— Stored items —
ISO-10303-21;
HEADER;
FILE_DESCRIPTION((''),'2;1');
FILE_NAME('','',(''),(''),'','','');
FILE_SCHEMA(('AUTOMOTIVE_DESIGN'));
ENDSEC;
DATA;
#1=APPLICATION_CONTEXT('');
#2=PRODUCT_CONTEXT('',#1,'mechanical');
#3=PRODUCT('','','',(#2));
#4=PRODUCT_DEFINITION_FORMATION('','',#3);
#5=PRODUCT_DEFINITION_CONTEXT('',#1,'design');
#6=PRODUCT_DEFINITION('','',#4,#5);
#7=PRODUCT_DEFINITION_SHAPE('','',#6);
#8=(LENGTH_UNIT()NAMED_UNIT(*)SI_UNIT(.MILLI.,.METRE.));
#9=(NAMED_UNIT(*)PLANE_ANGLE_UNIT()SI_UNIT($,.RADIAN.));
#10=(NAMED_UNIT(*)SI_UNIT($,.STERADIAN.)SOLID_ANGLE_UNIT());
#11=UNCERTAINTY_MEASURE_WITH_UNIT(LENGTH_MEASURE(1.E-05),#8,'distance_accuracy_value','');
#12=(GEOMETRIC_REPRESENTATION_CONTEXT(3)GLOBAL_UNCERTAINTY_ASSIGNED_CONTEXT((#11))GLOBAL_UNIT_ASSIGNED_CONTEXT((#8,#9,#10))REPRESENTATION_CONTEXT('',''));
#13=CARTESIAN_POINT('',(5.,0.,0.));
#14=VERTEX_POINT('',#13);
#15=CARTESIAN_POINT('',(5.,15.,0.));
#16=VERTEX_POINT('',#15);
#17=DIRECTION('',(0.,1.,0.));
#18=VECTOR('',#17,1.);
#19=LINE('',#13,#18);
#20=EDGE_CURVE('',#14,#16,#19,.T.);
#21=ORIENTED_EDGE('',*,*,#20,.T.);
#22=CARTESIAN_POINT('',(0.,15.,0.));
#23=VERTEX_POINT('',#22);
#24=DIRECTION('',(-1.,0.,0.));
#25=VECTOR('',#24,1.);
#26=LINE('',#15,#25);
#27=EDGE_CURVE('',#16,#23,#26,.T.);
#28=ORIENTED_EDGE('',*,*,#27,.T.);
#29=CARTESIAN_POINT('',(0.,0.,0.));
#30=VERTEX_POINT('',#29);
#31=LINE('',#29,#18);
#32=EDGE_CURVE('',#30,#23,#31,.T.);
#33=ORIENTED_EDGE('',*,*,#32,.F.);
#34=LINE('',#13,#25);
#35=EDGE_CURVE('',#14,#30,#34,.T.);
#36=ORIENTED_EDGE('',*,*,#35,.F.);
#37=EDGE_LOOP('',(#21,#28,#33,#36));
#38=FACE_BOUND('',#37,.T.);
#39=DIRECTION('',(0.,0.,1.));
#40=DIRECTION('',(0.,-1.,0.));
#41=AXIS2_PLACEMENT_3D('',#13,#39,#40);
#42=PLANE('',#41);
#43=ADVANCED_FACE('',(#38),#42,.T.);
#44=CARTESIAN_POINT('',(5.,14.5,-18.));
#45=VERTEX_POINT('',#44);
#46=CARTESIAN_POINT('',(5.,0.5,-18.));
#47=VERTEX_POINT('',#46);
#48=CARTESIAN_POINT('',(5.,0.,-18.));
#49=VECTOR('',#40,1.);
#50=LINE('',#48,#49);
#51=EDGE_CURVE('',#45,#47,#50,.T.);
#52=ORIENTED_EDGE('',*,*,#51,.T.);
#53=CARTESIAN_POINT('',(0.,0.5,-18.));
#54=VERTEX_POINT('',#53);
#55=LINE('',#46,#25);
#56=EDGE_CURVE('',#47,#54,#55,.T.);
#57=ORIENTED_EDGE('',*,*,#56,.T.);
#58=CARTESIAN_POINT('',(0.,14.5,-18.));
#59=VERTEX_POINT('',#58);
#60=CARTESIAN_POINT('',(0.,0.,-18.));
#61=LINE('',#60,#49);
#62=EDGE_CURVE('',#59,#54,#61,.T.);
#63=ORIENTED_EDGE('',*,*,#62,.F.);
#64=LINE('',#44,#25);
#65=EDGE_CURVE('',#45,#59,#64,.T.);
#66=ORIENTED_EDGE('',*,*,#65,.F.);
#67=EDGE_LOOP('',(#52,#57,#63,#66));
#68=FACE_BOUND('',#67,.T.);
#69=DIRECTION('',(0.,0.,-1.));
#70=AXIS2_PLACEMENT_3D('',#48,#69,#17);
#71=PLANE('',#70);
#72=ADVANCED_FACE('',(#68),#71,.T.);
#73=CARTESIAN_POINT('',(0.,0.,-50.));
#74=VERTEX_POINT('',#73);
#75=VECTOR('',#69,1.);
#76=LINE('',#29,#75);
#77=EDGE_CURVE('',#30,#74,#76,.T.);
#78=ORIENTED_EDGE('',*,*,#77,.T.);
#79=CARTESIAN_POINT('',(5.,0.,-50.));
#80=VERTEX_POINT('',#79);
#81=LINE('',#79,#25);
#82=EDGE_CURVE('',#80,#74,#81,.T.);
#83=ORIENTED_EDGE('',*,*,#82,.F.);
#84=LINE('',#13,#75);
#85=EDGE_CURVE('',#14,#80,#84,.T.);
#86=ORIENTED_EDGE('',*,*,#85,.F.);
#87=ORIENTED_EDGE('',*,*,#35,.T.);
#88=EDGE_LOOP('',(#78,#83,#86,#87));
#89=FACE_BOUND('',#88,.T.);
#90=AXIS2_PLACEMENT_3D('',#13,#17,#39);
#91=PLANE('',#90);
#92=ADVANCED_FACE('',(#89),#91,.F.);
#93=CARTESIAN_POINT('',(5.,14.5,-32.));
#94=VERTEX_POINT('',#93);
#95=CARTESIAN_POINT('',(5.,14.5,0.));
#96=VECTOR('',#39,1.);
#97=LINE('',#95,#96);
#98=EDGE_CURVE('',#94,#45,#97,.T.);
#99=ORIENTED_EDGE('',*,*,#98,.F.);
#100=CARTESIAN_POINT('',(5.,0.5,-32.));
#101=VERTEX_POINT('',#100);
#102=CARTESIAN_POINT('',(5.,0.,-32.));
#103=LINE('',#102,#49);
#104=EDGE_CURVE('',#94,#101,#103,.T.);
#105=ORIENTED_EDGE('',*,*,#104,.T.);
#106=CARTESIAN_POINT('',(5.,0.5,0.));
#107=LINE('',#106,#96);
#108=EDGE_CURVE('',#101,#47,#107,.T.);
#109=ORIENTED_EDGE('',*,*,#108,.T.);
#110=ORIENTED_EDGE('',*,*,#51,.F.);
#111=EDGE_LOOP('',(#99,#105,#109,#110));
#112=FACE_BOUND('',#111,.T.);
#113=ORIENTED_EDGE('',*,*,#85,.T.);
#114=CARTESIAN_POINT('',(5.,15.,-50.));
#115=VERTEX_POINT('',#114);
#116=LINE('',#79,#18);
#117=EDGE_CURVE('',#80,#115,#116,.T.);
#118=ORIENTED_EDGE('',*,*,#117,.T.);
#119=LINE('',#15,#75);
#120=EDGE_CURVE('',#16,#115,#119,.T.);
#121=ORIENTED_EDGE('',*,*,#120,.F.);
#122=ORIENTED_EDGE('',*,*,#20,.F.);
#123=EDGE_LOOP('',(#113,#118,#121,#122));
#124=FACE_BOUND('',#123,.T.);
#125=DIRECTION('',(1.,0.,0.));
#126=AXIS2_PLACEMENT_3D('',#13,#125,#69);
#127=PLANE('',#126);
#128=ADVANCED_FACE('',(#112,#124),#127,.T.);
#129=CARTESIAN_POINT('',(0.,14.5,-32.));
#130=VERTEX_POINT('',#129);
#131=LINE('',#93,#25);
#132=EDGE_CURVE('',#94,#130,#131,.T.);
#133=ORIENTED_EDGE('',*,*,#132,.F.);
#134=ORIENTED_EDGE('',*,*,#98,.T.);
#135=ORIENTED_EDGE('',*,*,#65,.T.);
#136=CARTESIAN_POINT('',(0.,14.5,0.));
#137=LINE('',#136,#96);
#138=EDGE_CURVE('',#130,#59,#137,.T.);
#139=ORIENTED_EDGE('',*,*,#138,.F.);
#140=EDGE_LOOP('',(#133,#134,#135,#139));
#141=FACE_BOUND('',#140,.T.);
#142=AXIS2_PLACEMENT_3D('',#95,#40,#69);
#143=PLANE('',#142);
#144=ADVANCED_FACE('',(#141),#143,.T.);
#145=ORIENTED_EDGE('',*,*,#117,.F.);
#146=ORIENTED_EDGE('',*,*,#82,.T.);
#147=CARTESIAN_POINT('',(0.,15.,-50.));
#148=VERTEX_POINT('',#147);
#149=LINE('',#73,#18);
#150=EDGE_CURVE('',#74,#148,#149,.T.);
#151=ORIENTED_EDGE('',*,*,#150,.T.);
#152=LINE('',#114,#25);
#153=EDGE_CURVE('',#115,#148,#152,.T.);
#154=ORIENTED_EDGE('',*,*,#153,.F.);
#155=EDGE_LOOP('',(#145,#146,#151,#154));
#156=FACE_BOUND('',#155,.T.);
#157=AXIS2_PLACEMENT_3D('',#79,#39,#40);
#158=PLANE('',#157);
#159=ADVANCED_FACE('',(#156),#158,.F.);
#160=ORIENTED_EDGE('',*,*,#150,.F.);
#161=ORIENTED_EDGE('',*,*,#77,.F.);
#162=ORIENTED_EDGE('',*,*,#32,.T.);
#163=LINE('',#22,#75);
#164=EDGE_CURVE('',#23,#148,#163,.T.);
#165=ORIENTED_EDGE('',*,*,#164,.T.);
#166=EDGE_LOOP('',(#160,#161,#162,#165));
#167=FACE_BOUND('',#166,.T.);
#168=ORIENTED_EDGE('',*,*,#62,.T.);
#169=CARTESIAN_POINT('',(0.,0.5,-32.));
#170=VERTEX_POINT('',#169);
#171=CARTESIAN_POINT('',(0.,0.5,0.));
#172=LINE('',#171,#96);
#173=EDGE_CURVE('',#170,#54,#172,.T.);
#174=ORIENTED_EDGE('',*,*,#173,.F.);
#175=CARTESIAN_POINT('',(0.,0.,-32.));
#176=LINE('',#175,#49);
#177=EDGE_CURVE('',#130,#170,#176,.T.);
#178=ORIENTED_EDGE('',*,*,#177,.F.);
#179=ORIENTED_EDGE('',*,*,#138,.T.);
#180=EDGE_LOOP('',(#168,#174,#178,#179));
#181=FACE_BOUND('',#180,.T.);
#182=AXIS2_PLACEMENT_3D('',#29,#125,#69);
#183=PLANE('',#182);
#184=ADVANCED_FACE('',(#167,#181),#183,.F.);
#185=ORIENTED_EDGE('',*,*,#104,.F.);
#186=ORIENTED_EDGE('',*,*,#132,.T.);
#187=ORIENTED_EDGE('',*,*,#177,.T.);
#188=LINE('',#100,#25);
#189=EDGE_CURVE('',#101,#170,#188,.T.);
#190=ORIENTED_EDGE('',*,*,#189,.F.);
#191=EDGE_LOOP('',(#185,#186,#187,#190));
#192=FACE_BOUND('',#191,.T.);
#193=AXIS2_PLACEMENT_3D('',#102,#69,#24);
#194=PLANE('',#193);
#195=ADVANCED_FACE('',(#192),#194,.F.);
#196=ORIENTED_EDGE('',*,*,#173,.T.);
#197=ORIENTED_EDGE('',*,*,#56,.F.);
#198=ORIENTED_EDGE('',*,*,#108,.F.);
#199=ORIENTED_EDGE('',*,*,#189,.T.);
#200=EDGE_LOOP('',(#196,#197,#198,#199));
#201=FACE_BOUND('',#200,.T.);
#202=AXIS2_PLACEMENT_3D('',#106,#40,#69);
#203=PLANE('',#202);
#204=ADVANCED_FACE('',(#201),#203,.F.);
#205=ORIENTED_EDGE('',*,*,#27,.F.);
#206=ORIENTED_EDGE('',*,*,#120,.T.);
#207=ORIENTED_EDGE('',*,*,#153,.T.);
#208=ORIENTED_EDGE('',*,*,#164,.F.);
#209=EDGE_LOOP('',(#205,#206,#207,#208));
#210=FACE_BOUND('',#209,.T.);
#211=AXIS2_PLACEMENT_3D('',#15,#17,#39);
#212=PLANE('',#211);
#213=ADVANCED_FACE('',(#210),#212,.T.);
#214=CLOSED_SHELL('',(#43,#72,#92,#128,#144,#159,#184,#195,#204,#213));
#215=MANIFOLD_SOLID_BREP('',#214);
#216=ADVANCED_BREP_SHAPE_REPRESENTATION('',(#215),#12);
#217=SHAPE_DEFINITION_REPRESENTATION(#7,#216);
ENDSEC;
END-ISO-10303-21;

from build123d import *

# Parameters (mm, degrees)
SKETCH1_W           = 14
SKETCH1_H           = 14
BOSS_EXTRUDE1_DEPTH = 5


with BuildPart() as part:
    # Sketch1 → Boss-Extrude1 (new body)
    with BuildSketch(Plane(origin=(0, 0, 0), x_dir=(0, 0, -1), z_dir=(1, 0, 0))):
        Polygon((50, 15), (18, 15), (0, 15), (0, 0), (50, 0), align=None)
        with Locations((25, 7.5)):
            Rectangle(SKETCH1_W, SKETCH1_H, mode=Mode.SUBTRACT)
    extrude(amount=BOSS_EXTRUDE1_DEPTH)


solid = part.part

* * *

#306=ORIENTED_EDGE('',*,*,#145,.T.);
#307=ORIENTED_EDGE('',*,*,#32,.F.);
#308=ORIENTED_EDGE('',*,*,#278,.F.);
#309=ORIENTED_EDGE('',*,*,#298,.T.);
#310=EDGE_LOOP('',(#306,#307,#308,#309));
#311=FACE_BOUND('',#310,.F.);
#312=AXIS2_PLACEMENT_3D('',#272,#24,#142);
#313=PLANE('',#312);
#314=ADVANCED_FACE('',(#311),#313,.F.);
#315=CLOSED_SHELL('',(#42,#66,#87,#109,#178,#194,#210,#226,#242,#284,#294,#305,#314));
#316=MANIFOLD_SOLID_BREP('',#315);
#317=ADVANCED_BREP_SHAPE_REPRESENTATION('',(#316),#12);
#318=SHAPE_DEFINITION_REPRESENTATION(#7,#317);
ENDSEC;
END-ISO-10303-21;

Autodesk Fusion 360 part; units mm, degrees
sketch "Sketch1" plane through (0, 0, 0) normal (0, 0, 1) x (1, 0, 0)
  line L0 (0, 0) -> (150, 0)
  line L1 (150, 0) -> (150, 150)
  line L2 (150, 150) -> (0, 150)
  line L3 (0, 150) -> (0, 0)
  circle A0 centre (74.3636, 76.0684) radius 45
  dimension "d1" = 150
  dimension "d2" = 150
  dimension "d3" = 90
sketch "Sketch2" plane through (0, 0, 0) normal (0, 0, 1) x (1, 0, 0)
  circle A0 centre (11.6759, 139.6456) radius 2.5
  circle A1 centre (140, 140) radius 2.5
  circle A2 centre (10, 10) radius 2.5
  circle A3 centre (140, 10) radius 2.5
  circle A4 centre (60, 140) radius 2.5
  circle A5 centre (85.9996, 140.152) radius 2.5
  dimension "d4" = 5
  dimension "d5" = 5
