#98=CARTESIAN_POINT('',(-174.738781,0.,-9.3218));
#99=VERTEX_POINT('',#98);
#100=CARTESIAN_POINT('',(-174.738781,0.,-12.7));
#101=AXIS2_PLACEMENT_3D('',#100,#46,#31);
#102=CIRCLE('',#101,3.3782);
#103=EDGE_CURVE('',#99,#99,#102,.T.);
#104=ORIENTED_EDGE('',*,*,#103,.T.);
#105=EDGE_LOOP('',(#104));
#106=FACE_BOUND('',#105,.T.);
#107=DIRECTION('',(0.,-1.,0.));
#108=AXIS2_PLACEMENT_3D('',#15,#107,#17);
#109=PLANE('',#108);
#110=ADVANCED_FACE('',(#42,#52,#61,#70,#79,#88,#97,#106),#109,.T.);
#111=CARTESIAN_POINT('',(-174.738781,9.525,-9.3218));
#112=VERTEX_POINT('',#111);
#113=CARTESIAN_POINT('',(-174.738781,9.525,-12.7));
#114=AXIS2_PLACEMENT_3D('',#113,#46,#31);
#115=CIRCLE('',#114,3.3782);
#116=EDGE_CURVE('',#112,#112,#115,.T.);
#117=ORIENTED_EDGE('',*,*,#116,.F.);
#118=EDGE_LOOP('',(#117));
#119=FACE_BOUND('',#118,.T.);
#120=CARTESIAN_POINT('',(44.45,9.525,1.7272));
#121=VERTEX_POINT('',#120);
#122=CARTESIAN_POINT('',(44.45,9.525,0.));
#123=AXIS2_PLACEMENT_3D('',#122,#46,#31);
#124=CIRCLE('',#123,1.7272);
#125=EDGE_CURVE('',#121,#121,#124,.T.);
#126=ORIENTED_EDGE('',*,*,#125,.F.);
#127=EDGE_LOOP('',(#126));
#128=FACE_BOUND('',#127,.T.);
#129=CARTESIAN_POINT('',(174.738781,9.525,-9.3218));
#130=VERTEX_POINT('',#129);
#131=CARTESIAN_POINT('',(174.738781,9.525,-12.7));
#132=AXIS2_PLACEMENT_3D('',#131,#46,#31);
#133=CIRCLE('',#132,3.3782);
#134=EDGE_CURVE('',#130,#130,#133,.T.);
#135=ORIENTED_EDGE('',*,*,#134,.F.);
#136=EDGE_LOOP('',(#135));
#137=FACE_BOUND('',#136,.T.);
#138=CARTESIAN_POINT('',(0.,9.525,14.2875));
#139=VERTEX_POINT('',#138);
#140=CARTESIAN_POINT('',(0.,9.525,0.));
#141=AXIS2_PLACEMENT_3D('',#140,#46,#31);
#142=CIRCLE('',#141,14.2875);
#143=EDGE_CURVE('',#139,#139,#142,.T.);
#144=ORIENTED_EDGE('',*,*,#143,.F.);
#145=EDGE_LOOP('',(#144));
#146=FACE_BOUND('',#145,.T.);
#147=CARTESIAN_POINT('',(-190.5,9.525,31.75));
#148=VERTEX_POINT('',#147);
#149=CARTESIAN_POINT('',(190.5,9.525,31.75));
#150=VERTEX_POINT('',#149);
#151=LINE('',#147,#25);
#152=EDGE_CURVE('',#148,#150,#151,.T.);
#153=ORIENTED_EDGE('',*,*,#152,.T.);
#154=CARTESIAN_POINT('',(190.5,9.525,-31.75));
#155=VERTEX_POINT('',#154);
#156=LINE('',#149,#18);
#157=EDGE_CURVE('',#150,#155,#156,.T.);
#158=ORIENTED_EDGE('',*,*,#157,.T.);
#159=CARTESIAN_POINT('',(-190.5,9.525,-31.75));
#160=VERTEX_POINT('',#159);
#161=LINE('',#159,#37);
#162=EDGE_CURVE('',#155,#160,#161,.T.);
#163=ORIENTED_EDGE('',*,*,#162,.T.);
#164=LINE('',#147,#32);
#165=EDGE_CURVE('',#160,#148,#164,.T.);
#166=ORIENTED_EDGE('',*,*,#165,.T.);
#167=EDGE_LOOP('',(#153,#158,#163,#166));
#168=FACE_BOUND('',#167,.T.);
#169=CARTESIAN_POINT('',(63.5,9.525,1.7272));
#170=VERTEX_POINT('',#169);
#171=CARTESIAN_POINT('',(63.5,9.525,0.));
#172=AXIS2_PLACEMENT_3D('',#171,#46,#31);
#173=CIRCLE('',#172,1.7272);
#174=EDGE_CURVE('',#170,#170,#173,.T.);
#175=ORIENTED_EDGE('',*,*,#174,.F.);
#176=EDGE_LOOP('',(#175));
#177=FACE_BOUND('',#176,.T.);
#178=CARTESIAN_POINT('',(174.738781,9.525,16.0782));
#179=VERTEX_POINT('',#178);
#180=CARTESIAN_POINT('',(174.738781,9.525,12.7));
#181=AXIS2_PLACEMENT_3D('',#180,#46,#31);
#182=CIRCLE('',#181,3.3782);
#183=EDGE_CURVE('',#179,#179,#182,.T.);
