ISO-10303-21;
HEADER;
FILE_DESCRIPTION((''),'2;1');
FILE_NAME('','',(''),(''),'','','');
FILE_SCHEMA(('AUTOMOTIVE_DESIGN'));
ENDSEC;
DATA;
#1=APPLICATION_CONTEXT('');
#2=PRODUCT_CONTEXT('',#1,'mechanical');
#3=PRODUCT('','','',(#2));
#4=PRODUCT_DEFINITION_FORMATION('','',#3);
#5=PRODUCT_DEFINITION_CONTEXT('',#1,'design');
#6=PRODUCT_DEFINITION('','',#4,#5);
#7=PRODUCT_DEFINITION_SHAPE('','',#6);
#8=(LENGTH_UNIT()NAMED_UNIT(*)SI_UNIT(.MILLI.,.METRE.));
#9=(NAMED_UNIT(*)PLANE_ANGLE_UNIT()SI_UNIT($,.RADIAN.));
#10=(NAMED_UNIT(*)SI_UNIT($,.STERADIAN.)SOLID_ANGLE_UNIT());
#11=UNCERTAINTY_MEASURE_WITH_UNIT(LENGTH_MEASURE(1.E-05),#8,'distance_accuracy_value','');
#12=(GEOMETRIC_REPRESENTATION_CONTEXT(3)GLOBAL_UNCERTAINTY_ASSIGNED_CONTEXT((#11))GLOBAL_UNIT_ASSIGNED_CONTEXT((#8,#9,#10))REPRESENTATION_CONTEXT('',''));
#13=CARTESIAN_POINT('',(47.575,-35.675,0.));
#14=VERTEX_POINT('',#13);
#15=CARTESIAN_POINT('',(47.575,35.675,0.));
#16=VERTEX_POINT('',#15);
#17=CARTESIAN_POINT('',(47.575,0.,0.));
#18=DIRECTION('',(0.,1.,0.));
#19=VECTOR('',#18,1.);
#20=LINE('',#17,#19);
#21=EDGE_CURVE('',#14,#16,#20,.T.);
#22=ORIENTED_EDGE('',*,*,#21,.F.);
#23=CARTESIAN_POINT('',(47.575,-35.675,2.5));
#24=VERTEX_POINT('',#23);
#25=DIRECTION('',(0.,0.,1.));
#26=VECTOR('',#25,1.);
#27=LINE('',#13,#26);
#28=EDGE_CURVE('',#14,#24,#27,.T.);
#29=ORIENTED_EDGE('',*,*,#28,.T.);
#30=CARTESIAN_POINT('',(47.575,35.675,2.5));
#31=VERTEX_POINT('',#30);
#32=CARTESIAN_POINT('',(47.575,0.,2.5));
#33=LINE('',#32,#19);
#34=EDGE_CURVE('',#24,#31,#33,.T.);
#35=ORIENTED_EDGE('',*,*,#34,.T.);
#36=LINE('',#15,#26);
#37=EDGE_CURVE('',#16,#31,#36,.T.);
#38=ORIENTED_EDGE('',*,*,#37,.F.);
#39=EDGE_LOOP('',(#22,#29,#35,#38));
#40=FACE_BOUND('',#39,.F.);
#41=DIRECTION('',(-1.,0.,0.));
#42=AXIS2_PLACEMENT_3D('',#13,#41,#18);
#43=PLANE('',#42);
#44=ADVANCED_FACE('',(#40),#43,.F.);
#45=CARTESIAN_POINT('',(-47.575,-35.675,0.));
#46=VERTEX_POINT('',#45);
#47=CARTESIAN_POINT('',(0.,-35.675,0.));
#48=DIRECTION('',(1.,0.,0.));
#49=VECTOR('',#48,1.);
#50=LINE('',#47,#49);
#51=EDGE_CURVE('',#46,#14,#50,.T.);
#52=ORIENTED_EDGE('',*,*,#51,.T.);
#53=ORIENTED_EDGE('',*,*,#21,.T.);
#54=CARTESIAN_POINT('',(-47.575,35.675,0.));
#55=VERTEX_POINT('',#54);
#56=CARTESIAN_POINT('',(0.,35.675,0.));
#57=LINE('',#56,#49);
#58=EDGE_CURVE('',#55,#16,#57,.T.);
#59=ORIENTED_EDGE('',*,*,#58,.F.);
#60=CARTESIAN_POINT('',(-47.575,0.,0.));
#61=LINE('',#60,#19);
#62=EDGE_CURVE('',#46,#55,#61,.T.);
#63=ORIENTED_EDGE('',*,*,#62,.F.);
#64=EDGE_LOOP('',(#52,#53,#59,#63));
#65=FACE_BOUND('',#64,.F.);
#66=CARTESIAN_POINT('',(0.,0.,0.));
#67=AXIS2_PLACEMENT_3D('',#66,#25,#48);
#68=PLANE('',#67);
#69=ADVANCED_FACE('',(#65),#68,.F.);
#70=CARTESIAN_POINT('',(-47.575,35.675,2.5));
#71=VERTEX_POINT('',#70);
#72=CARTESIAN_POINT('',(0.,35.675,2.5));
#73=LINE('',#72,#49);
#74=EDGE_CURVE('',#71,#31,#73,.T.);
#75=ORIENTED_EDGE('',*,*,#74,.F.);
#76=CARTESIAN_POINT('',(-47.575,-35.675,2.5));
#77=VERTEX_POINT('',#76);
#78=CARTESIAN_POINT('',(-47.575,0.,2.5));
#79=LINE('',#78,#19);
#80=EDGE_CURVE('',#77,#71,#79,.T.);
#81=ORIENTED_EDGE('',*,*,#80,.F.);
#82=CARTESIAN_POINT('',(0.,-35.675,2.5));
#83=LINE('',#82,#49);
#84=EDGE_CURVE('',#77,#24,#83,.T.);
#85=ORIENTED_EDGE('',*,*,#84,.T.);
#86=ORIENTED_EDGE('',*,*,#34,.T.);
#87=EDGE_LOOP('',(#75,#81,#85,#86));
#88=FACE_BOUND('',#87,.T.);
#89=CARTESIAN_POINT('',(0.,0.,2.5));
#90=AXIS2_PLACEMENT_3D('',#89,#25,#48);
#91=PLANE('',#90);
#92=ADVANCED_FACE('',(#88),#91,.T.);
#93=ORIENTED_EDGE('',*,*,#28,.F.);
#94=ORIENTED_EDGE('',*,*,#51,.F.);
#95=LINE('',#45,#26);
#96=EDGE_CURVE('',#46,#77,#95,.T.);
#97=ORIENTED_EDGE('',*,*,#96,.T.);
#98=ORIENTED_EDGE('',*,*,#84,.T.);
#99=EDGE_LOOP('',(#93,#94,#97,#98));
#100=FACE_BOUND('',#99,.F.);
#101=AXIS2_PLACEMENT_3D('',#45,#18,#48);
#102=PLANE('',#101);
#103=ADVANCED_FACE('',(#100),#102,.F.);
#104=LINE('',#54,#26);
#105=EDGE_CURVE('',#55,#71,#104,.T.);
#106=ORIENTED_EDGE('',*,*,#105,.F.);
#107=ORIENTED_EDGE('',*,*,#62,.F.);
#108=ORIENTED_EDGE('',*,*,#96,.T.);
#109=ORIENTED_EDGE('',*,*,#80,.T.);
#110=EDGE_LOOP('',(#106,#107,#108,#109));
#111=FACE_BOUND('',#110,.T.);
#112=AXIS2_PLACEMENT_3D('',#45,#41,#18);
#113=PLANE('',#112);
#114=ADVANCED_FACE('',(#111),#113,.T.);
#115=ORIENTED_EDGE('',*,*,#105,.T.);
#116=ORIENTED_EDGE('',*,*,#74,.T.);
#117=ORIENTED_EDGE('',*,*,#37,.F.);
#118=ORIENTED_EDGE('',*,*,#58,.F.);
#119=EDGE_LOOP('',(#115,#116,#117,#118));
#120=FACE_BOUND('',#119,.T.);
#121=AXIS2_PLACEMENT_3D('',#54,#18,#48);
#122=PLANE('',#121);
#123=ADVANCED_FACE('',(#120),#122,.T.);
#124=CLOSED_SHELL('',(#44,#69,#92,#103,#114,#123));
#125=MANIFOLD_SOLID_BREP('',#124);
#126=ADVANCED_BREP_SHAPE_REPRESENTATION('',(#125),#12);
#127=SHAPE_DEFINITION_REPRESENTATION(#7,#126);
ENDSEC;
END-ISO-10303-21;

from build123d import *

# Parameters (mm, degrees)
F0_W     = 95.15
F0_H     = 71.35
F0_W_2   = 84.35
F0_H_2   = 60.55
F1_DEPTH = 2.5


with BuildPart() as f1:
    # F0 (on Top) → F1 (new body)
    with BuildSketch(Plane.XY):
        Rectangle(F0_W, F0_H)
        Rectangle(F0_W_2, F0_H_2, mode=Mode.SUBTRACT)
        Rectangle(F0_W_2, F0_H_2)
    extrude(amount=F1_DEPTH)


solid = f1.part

— WORK REQUIRED —
Transcribe the lines above between the line holding "#149=LINE('',#73,#18);" and the line holding "#156=FACE_BOUND('',#155,.T.);", inclusive, exactly as they stand and with nothing added.

— OUTPUT BELOW —
#149=LINE('',#73,#18);
#150=EDGE_CURVE('',#74,#148,#149,.T.);
#151=ORIENTED_EDGE('',*,*,#150,.T.);
#152=LINE('',#114,#25);
#153=EDGE_CURVE('',#115,#148,#152,.T.);
#154=ORIENTED_EDGE('',*,*,#153,.F.);
#155=EDGE_LOOP('',(#145,#146,#151,#154));
#156=FACE_BOUND('',#155,.T.);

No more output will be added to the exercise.